*** Entries shown
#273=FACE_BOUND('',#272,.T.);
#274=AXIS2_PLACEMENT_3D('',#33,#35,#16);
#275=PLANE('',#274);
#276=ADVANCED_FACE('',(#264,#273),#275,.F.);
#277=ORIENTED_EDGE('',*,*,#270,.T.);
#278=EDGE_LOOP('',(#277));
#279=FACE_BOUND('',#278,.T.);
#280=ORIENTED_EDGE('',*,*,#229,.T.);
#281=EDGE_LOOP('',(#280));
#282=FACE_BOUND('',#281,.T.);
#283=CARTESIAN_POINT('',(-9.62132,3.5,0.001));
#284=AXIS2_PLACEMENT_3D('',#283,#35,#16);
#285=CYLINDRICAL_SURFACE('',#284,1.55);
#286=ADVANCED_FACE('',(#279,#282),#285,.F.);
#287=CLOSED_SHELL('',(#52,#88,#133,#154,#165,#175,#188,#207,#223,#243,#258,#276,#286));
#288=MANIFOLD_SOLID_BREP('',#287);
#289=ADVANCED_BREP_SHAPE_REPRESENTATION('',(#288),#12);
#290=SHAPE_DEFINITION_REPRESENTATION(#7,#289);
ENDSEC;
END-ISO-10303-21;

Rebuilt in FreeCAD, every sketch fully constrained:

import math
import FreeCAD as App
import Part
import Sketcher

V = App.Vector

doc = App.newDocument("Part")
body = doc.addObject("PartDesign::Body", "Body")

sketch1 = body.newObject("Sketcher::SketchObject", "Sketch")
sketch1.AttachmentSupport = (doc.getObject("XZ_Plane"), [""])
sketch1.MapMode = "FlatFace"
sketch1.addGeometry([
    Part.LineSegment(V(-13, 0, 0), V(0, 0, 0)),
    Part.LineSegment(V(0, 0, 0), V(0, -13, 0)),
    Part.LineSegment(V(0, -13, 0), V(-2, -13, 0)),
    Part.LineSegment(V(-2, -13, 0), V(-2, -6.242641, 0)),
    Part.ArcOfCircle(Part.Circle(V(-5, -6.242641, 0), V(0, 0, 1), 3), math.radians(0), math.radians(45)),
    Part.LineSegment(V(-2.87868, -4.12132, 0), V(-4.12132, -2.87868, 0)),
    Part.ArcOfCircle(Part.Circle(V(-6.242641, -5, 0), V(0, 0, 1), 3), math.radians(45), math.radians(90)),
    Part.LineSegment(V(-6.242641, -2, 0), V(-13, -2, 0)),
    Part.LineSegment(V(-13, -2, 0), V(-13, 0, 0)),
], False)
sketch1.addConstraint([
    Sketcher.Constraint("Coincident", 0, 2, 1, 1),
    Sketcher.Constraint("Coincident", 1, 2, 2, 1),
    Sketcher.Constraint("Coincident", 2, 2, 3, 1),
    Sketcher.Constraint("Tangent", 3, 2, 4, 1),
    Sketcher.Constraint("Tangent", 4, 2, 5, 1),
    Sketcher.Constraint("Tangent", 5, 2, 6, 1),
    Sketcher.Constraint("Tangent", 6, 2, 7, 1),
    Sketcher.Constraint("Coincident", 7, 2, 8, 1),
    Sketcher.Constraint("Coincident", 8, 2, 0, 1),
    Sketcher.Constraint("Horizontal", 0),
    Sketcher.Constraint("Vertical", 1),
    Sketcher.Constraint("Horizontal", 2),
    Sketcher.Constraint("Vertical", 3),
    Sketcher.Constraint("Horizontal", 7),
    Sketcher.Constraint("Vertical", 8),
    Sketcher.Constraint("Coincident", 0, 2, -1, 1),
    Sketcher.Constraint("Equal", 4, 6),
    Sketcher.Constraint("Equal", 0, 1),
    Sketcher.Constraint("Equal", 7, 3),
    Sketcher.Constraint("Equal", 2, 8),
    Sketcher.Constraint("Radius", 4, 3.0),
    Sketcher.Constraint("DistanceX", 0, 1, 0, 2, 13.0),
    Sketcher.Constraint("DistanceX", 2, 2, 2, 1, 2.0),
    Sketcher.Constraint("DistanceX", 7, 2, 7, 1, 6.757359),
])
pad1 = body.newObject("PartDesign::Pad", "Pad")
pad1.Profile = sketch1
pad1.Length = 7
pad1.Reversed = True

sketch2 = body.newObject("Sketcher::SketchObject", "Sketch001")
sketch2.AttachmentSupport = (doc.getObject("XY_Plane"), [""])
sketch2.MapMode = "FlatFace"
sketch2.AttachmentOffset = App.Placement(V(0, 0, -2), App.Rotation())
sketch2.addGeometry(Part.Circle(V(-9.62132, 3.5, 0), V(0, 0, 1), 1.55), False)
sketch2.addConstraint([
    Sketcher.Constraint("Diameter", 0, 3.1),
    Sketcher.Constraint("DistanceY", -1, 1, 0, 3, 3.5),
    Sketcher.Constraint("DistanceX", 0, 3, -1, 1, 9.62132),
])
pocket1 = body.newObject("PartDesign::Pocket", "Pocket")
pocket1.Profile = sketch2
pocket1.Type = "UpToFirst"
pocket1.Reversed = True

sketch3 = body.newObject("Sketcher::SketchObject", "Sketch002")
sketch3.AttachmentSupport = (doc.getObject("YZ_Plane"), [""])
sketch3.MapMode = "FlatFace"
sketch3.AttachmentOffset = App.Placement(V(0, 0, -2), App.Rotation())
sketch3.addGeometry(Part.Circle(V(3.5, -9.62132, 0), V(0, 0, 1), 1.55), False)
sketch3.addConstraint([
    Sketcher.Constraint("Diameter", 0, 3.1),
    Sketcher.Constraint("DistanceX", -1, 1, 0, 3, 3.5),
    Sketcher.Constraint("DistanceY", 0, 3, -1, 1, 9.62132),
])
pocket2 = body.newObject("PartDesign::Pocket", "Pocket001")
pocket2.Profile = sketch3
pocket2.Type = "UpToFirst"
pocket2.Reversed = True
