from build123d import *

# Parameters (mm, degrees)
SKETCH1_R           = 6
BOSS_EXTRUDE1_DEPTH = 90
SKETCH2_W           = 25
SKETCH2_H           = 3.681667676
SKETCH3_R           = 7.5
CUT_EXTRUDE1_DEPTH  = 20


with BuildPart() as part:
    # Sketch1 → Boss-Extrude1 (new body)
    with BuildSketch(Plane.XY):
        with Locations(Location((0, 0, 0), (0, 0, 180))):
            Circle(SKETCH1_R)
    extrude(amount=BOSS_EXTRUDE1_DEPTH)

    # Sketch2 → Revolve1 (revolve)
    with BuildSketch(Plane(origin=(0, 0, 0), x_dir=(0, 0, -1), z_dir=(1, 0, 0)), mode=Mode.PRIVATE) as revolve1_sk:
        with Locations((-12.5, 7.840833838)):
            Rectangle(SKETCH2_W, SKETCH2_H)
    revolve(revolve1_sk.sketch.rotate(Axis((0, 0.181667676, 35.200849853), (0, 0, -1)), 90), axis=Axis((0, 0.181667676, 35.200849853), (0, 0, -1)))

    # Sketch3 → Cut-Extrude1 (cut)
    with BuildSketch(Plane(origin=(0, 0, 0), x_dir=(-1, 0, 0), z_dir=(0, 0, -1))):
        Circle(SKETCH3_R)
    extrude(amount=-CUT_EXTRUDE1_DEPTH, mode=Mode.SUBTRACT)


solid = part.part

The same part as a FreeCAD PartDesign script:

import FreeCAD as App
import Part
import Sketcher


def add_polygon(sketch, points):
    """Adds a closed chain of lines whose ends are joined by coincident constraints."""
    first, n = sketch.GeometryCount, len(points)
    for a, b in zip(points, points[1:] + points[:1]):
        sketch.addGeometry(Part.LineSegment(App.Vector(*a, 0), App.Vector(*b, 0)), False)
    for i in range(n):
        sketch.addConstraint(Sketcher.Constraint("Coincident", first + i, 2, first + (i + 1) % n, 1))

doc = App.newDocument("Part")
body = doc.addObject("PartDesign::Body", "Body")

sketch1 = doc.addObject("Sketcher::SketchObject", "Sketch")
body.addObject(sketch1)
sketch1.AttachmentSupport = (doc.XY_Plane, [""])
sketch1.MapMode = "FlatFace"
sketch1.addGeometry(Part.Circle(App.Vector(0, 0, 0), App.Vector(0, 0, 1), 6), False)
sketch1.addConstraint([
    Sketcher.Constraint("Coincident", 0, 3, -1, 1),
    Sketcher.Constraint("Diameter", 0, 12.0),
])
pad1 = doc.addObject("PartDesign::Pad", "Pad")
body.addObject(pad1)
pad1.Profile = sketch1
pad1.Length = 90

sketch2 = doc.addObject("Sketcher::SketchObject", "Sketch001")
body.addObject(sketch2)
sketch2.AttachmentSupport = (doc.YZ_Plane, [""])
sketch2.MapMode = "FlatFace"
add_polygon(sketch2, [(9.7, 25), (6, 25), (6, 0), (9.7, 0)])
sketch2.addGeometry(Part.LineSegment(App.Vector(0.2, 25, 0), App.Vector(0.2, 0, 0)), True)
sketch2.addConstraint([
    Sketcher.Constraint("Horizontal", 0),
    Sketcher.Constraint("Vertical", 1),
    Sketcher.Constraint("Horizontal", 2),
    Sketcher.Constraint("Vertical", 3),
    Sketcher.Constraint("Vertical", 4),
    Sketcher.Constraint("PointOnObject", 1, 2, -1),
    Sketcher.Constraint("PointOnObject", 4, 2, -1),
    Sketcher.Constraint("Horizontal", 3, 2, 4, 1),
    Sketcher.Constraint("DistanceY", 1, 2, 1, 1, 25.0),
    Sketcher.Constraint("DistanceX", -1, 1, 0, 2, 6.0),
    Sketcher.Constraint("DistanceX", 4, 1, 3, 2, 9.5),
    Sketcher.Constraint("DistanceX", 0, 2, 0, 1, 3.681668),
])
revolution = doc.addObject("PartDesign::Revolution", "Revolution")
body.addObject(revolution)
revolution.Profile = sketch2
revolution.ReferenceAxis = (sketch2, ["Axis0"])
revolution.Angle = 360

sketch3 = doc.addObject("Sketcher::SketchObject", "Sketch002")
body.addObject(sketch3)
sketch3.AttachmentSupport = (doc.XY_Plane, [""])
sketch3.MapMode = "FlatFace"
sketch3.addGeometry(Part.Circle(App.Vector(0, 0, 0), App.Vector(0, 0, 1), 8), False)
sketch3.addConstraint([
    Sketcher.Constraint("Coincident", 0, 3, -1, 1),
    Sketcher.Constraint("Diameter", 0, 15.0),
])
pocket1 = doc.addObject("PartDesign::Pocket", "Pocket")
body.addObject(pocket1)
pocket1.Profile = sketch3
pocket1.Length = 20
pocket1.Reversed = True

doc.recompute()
******
▶ _Task objective_: Using the listing above, return word for word each line from the one that has "solid = part.part" through the one that has "The same part", and no line outside that range.

▶ _Solution to this problem_:
solid = part.part

The same part as a FreeCAD PartDesign script:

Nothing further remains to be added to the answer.